Freddie Mac Posts Twelfth Consecutive Loss, Asks Treasury for $100M Infusion

Increasing the government's tab for its rescue of the mortgage-finance company to $63.2 billion, Freddie Mac reported a third-quarter net loss of $2.5 billion and asked the U.S. Treasury to provide a $100 million infusion.

Published on November 3, 2010

The reported third-quarter loss was the 12th in the last 13 quarters, compared with a year-earlier net loss of $5.4 billion.

The company reserved $3.7 billion for credit losses, down from a $5 billion provision taken during the second quarter amid signs that mortgage delinquencies have slowed. But that improvement was offset by a weaker economic outlook, which could cause Freddie to lose more money on sales of foreclosed properties.

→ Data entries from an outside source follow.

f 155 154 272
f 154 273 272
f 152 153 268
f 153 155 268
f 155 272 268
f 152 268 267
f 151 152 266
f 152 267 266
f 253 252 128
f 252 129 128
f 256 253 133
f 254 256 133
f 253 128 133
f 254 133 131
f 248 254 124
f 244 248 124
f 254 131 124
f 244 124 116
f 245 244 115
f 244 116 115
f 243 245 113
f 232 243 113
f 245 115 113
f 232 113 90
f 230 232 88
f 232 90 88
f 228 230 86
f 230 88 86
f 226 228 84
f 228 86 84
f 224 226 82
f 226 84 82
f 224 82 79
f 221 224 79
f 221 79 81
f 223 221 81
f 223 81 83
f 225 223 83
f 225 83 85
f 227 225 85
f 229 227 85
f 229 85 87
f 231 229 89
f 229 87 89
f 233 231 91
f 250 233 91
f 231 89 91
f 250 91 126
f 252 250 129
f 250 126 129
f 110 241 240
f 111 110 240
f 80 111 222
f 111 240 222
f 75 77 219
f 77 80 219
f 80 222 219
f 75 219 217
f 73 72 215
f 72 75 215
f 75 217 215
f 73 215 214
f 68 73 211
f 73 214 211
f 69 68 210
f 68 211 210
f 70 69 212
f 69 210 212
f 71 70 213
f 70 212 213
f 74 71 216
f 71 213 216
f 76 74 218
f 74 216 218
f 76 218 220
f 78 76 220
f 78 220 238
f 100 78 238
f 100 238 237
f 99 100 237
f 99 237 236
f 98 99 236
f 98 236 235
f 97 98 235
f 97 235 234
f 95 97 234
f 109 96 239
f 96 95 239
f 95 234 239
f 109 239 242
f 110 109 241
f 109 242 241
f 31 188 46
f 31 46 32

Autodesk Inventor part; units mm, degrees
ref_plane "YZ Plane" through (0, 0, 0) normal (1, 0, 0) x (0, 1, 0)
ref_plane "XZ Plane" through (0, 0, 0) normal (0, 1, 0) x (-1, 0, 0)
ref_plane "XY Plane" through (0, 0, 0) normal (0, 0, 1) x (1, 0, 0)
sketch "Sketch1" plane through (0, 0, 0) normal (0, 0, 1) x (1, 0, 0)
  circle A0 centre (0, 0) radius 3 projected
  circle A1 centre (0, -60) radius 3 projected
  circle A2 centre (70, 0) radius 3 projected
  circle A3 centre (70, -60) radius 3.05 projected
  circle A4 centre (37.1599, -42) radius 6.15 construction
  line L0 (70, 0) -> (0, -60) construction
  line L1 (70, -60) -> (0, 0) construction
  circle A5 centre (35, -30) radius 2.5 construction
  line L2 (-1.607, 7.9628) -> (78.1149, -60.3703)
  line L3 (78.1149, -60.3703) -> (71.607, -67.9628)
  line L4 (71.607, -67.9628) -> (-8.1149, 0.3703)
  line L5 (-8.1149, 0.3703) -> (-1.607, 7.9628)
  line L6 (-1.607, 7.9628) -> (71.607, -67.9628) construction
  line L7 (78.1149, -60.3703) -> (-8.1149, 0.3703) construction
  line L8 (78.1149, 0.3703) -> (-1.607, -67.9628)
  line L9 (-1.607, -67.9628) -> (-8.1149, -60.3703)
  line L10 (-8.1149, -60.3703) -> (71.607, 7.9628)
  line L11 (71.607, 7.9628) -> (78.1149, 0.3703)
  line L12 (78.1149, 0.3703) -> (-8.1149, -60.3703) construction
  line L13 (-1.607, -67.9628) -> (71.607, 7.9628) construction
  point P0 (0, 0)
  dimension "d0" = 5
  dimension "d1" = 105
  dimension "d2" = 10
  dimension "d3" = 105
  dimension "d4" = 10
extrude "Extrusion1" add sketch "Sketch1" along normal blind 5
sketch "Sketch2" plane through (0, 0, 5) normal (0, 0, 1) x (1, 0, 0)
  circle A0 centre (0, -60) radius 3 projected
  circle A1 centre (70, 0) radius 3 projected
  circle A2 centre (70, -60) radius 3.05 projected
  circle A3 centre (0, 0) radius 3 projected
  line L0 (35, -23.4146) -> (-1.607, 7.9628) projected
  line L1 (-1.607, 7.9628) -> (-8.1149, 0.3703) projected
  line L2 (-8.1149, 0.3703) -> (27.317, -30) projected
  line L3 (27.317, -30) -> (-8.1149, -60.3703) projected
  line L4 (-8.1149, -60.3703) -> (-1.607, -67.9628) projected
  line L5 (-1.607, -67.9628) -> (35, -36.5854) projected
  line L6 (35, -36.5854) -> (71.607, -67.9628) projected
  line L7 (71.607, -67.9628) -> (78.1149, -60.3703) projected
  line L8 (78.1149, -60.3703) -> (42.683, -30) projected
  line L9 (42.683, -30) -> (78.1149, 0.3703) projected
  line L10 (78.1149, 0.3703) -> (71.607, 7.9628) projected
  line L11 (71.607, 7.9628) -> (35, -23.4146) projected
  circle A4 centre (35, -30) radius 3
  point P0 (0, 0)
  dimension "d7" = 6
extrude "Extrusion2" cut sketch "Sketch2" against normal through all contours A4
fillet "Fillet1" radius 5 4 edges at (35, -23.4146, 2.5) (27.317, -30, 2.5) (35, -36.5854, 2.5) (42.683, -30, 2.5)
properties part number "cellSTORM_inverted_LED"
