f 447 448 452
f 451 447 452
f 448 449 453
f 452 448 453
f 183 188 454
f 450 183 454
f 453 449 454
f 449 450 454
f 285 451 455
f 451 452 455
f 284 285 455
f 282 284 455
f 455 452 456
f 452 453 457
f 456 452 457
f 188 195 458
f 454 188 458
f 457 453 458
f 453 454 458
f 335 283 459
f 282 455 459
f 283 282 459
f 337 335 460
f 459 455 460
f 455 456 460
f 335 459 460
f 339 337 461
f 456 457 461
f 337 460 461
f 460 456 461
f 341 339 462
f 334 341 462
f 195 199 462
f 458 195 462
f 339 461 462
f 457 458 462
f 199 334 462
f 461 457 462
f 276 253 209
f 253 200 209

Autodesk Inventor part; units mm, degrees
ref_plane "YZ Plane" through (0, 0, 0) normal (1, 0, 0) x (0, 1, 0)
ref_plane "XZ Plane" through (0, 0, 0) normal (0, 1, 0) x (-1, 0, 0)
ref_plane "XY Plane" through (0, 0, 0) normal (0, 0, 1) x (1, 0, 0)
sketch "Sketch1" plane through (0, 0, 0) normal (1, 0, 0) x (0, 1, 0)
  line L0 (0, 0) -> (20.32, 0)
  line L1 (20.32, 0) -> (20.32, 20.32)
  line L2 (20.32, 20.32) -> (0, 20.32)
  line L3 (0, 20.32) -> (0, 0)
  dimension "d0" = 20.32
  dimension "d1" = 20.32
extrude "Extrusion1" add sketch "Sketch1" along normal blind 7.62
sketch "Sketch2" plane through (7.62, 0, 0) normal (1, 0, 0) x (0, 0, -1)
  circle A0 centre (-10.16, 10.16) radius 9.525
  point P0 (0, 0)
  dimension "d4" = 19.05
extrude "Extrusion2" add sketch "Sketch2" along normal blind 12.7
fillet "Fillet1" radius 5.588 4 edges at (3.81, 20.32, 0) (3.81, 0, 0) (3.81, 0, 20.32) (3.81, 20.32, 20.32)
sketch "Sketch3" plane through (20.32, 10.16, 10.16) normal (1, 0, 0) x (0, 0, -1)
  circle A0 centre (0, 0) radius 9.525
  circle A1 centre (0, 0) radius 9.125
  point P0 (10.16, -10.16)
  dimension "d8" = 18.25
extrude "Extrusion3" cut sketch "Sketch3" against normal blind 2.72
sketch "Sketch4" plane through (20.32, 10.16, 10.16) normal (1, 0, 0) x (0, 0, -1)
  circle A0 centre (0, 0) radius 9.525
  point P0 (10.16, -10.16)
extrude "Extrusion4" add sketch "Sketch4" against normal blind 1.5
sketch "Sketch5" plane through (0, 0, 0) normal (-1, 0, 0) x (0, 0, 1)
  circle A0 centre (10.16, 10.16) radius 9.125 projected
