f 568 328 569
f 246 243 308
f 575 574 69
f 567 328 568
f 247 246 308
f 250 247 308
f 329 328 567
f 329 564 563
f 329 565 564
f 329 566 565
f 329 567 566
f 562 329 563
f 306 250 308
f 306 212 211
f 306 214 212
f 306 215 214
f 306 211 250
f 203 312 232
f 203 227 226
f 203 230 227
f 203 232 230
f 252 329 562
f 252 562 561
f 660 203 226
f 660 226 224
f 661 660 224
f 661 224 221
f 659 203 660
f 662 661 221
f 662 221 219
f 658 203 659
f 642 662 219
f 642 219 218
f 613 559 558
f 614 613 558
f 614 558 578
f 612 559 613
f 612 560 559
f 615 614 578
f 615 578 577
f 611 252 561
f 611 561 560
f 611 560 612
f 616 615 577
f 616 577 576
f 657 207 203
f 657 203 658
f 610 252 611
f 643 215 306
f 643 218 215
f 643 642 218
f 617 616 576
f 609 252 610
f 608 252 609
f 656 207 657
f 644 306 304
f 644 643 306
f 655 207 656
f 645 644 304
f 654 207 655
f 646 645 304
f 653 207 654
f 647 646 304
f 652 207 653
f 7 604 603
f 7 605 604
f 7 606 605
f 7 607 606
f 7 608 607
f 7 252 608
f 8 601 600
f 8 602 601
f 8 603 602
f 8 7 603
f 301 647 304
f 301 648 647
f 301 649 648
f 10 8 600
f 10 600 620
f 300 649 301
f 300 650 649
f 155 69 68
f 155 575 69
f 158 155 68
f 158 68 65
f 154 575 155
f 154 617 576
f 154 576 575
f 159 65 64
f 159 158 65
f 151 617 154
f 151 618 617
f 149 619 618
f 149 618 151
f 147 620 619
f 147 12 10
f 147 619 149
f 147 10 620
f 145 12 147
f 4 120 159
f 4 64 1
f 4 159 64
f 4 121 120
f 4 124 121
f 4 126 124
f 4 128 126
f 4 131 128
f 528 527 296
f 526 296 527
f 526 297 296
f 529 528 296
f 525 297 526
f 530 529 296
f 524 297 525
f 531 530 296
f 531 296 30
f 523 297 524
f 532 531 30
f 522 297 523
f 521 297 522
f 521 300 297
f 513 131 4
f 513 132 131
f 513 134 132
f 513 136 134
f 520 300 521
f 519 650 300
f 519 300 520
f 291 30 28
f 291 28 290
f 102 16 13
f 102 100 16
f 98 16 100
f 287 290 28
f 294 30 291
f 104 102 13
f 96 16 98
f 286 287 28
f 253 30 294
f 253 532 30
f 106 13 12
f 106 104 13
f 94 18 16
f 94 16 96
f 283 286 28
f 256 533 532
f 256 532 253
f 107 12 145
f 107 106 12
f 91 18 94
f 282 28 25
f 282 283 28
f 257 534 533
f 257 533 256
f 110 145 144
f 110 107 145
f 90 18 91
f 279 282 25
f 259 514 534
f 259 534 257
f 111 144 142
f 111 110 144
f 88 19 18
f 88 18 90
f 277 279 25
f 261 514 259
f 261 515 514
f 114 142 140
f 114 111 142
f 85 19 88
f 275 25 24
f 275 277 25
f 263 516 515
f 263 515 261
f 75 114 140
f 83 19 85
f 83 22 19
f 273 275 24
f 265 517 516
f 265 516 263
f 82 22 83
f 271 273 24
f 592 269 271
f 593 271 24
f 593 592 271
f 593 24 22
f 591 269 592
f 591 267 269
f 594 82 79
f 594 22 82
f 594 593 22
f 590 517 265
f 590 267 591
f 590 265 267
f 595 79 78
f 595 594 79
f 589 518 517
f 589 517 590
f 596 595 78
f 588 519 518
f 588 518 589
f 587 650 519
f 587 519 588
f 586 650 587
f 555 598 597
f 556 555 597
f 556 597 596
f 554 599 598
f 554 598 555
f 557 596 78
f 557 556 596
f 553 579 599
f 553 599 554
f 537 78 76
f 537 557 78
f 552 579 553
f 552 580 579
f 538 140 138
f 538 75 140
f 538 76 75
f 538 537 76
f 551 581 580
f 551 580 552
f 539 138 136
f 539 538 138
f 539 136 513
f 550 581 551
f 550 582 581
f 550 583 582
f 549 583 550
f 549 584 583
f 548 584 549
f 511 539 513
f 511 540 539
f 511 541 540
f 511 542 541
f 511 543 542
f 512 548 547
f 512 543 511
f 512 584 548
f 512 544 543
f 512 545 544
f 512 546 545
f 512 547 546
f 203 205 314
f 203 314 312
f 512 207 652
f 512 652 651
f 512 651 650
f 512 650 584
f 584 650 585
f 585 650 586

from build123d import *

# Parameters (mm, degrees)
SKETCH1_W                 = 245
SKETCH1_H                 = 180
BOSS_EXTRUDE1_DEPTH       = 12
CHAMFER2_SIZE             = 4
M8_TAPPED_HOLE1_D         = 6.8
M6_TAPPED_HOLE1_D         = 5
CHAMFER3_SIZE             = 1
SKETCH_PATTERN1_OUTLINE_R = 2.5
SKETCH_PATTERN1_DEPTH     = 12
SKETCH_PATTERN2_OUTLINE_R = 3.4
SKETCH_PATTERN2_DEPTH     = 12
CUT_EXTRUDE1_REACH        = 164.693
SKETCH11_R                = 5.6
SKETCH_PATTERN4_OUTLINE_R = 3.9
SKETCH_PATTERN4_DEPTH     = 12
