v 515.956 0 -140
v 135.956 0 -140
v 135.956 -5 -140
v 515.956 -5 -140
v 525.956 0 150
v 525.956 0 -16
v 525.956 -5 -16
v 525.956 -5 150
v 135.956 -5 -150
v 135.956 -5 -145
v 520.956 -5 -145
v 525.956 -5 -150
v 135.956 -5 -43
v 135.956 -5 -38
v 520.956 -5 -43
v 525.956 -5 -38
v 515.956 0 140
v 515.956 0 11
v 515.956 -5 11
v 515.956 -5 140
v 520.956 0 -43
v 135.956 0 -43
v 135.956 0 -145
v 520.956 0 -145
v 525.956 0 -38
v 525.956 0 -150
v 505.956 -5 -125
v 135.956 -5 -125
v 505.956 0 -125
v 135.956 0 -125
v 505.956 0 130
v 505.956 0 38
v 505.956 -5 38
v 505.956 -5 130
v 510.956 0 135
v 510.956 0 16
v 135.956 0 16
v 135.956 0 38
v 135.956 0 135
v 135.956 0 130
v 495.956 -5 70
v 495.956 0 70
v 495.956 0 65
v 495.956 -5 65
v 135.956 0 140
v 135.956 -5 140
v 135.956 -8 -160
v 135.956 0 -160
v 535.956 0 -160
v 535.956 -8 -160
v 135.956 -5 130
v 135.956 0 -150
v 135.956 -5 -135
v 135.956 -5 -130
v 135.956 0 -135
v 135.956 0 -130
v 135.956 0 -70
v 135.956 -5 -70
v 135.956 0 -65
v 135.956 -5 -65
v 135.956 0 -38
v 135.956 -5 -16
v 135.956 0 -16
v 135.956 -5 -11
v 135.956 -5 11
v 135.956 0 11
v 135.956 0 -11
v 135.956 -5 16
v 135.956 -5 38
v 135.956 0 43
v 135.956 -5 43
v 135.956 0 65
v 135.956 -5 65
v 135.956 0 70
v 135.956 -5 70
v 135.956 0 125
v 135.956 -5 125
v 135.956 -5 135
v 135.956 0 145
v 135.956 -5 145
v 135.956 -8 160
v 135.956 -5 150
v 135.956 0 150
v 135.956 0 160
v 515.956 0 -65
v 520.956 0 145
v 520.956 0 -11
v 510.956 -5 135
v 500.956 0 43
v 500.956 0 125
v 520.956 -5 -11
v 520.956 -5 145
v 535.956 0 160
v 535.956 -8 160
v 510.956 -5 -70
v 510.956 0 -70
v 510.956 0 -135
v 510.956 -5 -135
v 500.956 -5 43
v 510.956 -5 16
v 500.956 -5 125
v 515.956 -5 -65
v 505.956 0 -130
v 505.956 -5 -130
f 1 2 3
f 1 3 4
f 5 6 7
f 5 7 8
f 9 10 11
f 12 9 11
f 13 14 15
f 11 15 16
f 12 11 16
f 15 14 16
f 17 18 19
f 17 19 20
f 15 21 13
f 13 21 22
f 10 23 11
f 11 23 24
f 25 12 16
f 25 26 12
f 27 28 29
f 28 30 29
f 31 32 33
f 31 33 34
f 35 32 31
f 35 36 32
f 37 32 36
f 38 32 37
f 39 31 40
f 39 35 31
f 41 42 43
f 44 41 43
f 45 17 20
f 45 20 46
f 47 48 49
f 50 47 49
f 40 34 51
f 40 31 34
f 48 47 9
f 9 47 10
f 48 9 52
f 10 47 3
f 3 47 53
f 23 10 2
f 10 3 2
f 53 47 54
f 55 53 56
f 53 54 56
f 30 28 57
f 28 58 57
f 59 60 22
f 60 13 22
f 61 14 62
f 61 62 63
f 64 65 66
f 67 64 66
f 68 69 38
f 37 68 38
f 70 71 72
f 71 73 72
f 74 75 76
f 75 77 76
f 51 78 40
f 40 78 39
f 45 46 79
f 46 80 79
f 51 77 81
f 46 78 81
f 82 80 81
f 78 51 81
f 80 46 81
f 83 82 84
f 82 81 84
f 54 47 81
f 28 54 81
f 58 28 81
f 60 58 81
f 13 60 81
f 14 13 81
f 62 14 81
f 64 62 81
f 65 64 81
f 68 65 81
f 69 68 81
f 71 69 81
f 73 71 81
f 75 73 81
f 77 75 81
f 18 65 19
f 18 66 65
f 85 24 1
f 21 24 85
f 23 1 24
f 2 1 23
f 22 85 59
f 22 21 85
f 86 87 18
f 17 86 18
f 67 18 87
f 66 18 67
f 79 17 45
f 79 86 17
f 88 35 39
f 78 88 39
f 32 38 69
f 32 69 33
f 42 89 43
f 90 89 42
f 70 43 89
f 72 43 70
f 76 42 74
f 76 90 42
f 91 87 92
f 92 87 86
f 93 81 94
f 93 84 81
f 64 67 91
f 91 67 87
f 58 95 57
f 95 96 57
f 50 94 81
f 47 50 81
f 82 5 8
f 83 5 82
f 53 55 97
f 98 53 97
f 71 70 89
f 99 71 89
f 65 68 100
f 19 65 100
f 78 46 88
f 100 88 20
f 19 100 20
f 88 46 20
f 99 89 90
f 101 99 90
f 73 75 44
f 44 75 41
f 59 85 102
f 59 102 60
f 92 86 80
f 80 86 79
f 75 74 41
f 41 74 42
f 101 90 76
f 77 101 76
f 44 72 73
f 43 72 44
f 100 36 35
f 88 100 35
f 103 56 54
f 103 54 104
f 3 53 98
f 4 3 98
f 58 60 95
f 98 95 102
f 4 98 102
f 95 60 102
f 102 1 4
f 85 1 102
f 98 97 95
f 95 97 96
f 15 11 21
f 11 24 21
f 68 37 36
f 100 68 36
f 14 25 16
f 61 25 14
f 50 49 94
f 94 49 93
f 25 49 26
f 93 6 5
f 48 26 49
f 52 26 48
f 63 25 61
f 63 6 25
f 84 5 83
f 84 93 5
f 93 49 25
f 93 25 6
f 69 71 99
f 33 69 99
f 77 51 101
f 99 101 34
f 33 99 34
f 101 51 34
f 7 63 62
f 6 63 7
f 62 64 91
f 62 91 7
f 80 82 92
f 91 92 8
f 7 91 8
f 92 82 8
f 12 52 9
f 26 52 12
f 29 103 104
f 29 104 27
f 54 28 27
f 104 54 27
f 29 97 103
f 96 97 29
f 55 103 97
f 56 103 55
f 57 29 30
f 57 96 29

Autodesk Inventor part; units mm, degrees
ref_plane "YZ Plane" through (0, 0, 0) normal (1, 0, 0) x (0, 1, 0)
ref_plane "XZ Plane" through (0, 0, 0) normal (0, 1, 0) x (-1, 0, 0)
ref_plane "XY Plane" through (0, 0, 0) normal (0, 0, 1) x (1, 0, 0)
sketch "Sketch1" plane through (0, 0, 0) normal (0, 1, 0) x (-1, 0, 0)
  line L0 (-135.9557, -16) -> (-525.9557, -16)
  line L1 (-525.9557, -16) -> (-525.9557, 150)
  line L2 (-135.9557, -11) -> (-520.9557, -11)
  line L3 (-520.9557, -11) -> (-520.9557, 145)
  line L4 (-510.9557, 16) -> (-510.9557, 135)
  line L5 (-515.9557, 11) -> (-515.9557, 140)
  line L6 (-500.9557, 43) -> (-500.9557, 125)
  line L7 (-505.9557, 38) -> (-505.9557, 130)
  line L8 (-495.9557, 70) -> (-495.9557, 65)
  line L9 (-535.9557, 160) -> (-135.9557, 160)
  line L10 (-135.9557, 160) -> (-135.9557, -160)
  line L11 (-135.9557, -160) -> (-535.9557, -160)
  line L12 (-535.9557, -160) -> (-535.9557, 160)
  line L13 (-525.9557, -150) -> (-525.9557, -38)
  line L14 (-520.9557, -145) -> (-520.9557, -43)
  line L15 (-510.9557, -135) -> (-510.9557, -70)
  line L16 (-515.9557, -140) -> (-515.9557, -65)
  line L17 (-505.9557, -130) -> (-505.9557, -125)
  line L18 (-525.9557, 150) -> (-135.9557, 150)
  line L19 (-520.9557, 145) -> (-135.9557, 145)
  line L20 (-515.9557, 140) -> (-135.9557, 140)
  line L21 (-505.9557, 130) -> (-135.9557, 130)
  line L22 (-500.9557, 125) -> (-135.9557, 125)
  line L23 (-510.9557, 135) -> (-135.9557, 135)
  line L24 (-135.9557, 70) -> (-495.9557, 70)
  line L25 (-135.9557, 65) -> (-495.9557, 65)
  line L26 (-135.9557, 43) -> (-500.9557, 43)
  line L27 (-135.9557, 38) -> (-505.9557, 38)
  line L28 (-135.9557, 16) -> (-510.9557, 16)
  line L29 (-135.9557, 11) -> (-515.9557, 11)
  line L30 (-525.9557, -38) -> (-135.9557, -38)
  line L31 (-520.9557, -43) -> (-135.9557, -43)
  line L32 (-515.9557, -65) -> (-135.9557, -65)
  line L33 (-510.9557, -70) -> (-135.9557, -70)
  line L34 (-135.9557, -125) -> (-505.9557, -125)
  line L35 (-135.9557, -130) -> (-505.9557, -130)
  line L36 (-135.9557, -135) -> (-510.9557, -135)
  line L37 (-135.9557, -140) -> (-515.9557, -140)
  line L38 (-135.9557, -145) -> (-520.9557, -145)
  line L39 (-135.9557, -150) -> (-525.9557, -150)
  dimension "d2" = 5
  dimension "d6" = 5
  dimension "d13" = 5
  dimension "d17" = 5
  dimension "d23" = 5
  dimension "d24" = 5
  dimension "d30" = 400
  dimension "d31" = 320
  dimension "d35" = 5
  dimension "d40" = 5
  dimension "d43" = 5
  dimension "d46" = 5
  dimension "d52" = 10
  dimension "d53" = 10
extrude "Extrusion1" add sketch "Sketch1" against normal blind 5 contours L10 L30 L13 L39 L11 L12 L9 L18 L1 L0 | L2 L3 L19 L10 L20 L5 L29 | L10 L32 L16 L37 L38 L14 L31 | L28 L4 L23 L10 L21 L7 L27 | L10 L34 L17 L35 L36 L15 L33 | L26 L6 L22 L10 L24 L8 L25
ref_plane "Work Plane2" through (135.9557, 0, 160) normal (0, 0, 1) x (1, 0, 0)
sketch "Sketch3" plane through (135.9557, 0, 160) normal (0, 0, 1) x (1, 0, 0)
  line L0 (0, 0) -> (0, -5) projected
  line L1 (0, -5) -> (400, -5)
  line L2 (400, -5) -> (400, -8)
  line L3 (400, -8) -> (0, -8)
  line L4 (0, -8) -> (0, -5)
  point P0 (-135.9557, 0)
  dimension "d62" = 3
extrude "Extrusion3" add sketch "Sketch3" against normal blind 320
equation "\"d2\" = d25"
equation "\"d6\" = d26"
equation "\"d13\" = d25"
equation "\"d17\" = d26"
equation "\"d23\" = d25"
equation "\"d24\" = d26"
equation "\"d35\" = d47"
equation "\"d40\" = d47"
equation "\"d43\" = d49"
equation "\"d46\" = d49"
equation "\"d3\" = d25"
equation "\"d4\" = d25"
equation "\"d5\" = d26"
equation "\"d7\" = d25"
equation "\"d8\" = d25"
equation "\"d9\" = d25"
equation "\"d10\" = d26"
equation "\"d12\" = d28"
equation "\"d14\" = d25"
equation "\"d15\" = d28"
equation "\"d16\" = d26"
equation "\"d18\" = d25"
equation "\"d19\" = d25"
equation "\"d20\" = d28"
equation "\"d21\" = d25"
equation "\"d22\" = d25"
equation "\"d25\" = 5"
equation "\"d26\" = 5"
equation "\"d28\" = -1.2 * d25 + 0.2 * d29"
equation "\"d34\" = d47"
equation "\"d36\" = d47"
equation "\"d37\" = d48"
equation "\"d38\" = d47"
equation "\"d39\" = d49"
equation "\"d41\" = d47"
equation "\"d42\" = d48"
equation "\"d44\" = d47"
equation "\"d45\" = d49"
equation "\"d47\" = 5"
equation "\"d48\" = -1.2 * d47 + 0.2 * d50"
equation "\"d49\" = 5"
equation "\"d29\" = 140"
equation "\"d50\" = 140"
properties part number "WIRE HOUSING"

The loss came during a quarter in which Freddie was forced to suspend the foreclosure process in certain states after paperwork errors that surfaced in September prompted several mortgage servicers, including units of Bank of America Corp. and J.P. Morgan Chase & Co., to halt repossessions.

"We believe that it will be a considerable time until the housing market has a sustained recovery," Charles E. Haldeman Jr., Freddie's chief executive, said in a statement.

Freddie Mac and its larger sibling, Fannie Mae, have sustained huge losses largely due to rising delinquencies on loans made as the housing boom turned to bust. The companies were taken over by the government two years ago through a legal process known as conservatorship, and taxpayers are on the hook for $135 billion that the U.S. Treasury has already committed.

The companies must pay the government a 10% dividend on the money they take from the Treasury. While the companies' losses have begun to slow, they are likely to continue borrowing money from the government in order to make those dividend payments.

During the third quarter, for example, Freddie Mac's quarterly loss was offset by a gain in the value of certain securities that gave the company a $1.4 billion cash surplus, before making its dividend payment. But after paying $1.6 billion in dividends to the government, the company was forced to ask the U.S. government for more money.

Last month, a series of estimates by the firms' federal regulator, the Federal Housing Finance Agency, said that the taxpayer tab for the companies could run as high as $154 billion under the current home-price forecast. If the economy enters a double-dip recession and home prices fall by more than 20%, the cost to taxpayers could reach $259 billion.